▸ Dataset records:
-=-=-

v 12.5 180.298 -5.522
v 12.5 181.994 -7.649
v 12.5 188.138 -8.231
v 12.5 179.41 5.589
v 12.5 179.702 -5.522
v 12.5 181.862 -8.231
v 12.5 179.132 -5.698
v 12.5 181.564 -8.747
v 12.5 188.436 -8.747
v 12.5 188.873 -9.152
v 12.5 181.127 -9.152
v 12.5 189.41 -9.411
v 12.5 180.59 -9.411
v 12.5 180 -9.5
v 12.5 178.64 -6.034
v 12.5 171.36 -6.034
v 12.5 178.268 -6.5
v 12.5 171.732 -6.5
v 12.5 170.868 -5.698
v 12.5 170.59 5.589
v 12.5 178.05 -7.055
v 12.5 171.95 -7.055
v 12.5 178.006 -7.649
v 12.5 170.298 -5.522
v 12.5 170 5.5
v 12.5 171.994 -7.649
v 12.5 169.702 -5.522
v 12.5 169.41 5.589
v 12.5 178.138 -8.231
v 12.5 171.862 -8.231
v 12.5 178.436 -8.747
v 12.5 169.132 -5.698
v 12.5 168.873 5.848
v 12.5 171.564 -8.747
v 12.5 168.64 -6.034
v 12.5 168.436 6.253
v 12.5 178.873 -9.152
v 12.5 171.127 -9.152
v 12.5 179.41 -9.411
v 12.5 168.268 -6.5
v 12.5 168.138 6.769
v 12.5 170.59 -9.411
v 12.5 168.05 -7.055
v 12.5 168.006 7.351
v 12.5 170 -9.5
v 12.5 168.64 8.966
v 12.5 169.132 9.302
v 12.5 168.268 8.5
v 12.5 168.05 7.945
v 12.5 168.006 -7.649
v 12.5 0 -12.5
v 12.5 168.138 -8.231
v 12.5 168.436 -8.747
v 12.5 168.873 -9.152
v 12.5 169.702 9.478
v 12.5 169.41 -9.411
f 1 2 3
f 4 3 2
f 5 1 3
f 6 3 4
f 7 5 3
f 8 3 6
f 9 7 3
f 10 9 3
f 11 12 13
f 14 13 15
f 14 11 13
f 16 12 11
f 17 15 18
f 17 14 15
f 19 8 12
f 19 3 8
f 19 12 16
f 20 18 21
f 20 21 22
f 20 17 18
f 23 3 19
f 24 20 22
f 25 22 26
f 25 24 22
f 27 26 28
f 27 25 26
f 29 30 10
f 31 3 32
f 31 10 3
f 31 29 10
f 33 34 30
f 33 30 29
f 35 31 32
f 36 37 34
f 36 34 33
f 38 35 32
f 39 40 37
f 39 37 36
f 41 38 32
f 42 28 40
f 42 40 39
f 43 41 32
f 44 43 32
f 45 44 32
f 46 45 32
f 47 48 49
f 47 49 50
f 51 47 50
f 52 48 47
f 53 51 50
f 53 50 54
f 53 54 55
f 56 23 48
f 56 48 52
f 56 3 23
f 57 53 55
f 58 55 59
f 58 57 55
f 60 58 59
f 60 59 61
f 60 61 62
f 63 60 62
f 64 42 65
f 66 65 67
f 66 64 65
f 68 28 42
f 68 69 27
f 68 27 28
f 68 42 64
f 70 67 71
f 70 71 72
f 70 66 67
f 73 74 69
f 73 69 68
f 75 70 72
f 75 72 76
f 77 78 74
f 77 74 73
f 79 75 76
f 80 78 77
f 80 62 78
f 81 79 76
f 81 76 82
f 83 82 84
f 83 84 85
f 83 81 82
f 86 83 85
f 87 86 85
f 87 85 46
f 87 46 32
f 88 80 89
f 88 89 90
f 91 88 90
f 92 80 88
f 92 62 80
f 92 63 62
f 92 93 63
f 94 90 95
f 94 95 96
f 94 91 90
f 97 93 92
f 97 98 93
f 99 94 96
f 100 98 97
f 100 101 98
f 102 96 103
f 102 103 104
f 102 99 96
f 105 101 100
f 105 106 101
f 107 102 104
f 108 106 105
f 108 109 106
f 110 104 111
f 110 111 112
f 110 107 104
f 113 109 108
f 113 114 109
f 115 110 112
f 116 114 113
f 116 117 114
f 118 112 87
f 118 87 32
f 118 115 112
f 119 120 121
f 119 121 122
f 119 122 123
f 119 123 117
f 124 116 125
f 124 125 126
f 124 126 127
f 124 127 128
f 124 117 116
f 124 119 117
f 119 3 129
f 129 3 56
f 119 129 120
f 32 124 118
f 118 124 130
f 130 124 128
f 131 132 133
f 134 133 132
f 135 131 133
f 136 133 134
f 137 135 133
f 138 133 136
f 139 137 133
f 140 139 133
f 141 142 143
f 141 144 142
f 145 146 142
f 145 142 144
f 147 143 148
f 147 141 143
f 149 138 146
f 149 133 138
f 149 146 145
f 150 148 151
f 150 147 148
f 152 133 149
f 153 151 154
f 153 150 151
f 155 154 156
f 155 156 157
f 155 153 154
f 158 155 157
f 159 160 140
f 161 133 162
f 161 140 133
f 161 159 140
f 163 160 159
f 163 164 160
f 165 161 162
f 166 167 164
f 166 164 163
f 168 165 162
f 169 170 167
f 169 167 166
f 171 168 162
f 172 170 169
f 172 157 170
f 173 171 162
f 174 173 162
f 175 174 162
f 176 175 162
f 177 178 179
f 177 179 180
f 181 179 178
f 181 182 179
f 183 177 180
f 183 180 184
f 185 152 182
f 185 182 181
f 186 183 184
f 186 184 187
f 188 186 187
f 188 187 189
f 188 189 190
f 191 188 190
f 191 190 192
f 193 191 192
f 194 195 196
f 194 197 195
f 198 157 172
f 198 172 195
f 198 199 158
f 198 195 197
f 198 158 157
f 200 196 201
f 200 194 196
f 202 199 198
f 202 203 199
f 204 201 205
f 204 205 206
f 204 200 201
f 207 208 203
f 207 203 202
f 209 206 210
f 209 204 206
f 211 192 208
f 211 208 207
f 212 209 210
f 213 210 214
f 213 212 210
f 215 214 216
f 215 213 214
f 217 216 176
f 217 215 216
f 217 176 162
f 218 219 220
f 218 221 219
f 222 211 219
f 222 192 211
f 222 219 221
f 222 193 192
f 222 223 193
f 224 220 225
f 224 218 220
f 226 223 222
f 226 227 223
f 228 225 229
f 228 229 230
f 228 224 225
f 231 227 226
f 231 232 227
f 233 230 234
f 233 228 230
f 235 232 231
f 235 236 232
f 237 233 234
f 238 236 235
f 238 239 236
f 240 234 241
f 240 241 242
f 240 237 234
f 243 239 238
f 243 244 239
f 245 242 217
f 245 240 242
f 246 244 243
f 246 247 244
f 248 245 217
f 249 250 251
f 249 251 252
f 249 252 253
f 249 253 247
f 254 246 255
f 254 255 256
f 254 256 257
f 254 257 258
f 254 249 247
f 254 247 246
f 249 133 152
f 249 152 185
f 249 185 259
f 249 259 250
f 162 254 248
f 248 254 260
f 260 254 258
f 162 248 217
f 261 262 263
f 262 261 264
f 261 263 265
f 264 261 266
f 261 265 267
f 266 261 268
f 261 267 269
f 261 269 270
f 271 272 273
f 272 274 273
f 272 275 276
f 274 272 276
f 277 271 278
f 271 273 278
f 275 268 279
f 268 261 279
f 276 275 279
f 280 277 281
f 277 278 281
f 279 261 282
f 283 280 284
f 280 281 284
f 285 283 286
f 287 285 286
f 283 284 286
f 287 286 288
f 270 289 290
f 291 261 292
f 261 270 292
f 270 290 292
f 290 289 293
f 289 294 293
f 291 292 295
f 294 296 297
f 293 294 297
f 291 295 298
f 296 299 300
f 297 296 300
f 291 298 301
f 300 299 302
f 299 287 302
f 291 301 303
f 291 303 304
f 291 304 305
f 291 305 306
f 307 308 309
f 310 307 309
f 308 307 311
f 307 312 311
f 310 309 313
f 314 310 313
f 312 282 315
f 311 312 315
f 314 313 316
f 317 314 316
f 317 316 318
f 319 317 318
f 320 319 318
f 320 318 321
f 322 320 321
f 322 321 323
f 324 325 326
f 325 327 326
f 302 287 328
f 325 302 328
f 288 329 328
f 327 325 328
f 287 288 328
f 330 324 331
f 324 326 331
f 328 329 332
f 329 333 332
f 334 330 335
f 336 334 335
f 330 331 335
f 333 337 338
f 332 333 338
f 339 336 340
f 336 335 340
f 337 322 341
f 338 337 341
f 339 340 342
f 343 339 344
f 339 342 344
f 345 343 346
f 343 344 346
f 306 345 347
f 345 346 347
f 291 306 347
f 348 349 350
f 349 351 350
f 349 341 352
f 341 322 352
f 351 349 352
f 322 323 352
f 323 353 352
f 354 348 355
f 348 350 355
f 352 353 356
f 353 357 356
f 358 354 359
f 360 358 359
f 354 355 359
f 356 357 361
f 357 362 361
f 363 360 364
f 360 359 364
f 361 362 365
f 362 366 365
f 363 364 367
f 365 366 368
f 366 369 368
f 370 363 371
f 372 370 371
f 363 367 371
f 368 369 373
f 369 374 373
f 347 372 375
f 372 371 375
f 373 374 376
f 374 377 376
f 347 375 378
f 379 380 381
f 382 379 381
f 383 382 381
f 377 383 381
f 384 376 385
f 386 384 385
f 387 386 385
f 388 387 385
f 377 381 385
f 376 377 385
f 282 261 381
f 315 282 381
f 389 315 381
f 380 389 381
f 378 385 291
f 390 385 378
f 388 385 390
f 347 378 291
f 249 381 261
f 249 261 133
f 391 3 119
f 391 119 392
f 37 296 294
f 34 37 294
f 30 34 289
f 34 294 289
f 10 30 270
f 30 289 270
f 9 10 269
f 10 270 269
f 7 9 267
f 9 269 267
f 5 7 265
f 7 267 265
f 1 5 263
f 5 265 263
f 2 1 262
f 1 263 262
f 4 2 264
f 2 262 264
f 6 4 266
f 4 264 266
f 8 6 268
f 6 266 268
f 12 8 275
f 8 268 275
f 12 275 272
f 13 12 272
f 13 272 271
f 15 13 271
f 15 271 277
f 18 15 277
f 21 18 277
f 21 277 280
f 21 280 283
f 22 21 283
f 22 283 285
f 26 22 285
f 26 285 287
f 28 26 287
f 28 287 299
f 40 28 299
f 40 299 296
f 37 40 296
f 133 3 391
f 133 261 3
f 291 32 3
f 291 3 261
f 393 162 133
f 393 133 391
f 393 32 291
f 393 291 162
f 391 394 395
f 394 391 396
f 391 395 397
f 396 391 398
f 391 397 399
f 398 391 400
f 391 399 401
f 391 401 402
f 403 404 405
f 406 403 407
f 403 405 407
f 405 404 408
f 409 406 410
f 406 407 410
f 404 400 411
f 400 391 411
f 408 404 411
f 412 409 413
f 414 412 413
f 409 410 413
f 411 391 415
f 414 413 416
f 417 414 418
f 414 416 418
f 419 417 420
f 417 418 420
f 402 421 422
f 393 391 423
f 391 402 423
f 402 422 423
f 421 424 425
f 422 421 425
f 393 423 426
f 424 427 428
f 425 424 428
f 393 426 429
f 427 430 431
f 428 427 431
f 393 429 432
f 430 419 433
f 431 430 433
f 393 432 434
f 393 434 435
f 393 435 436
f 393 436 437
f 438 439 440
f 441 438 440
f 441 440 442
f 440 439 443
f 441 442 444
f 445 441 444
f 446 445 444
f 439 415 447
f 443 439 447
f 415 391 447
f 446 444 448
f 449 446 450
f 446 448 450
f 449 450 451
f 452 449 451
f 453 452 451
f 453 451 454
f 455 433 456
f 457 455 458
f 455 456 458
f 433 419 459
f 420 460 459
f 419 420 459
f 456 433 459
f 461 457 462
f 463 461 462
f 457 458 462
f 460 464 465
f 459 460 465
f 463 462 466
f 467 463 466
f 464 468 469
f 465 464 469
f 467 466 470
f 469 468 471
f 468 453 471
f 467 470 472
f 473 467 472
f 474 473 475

-=-=-

▸ Work request:
Using the data above, reproduce exactly the lines between those holding "f 363 367 371" and "f 449 450 451", inclusive, and no others.

▸ Answer box:
f 363 367 371
f 368 369 373
f 369 374 373
f 347 372 375
f 372 371 375
f 373 374 376
f 374 377 376
f 347 375 378
f 379 380 381
f 382 379 381
f 383 382 381
f 377 383 381
f 384 376 385
f 386 384 385
f 387 386 385
f 388 387 385
f 377 381 385
f 376 377 385
f 282 261 381
f 315 282 381
f 389 315 381
f 380 389 381
f 378 385 291
f 390 385 378
f 388 385 390
f 347 378 291
f 249 381 261
f 249 261 133
f 391 3 119
f 391 119 392
f 37 296 294
f 34 37 294
f 30 34 289
f 34 294 289
f 10 30 270
f 30 289 270
f 9 10 269
f 10 270 269
f 7 9 267
f 9 269 267
f 5 7 265
f 7 267 265
f 1 5 263
f 5 265 263
f 2 1 262
f 1 263 262
f 4 2 264
f 2 262 264
f 6 4 266
f 4 264 266
f 8 6 268
f 6 266 268
f 12 8 275
f 8 268 275
f 12 275 272
f 13 12 272
f 13 272 271
f 15 13 271
f 15 271 277
f 18 15 277
f 21 18 277
f 21 277 280
f 21 280 283
f 22 21 283
f 22 283 285
f 26 22 285
f 26 285 287
f 28 26 287
f 28 287 299
f 40 28 299
f 40 299 296
f 37 40 296
f 133 3 391
f 133 261 3
f 291 32 3
f 291 3 261
f 393 162 133
f 393 133 391
f 393 32 291
f 393 291 162
f 391 394 395
f 394 391 396
f 391 395 397
f 396 391 398
f 391 397 399
f 398 391 400
f 391 399 401
f 391 401 402
f 403 404 405
f 406 403 407
f 403 405 407
f 405 404 408
f 409 406 410
f 406 407 410
f 404 400 411
f 400 391 411
f 408 404 411
f 412 409 413
f 414 412 413
f 409 410 413
f 411 391 415
f 414 413 416
f 417 414 418
f 414 416 418
f 419 417 420
f 417 418 420
f 402 421 422
f 393 391 423
f 391 402 423
f 402 422 423
f 421 424 425
f 422 421 425
f 393 423 426
f 424 427 428
f 425 424 428
f 393 426 429
f 427 430 431
f 428 427 431
f 393 429 432
f 430 419 433
f 431 430 433
f 393 432 434
f 393 434 435
f 393 435 436
f 393 436 437
f 438 439 440
f 441 438 440
f 441 440 442
f 440 439 443
f 441 442 444
f 445 441 444
f 446 445 444
f 439 415 447
f 443 439 447
f 415 391 447
f 446 444 448
f 449 446 450
f 446 448 450
f 449 450 451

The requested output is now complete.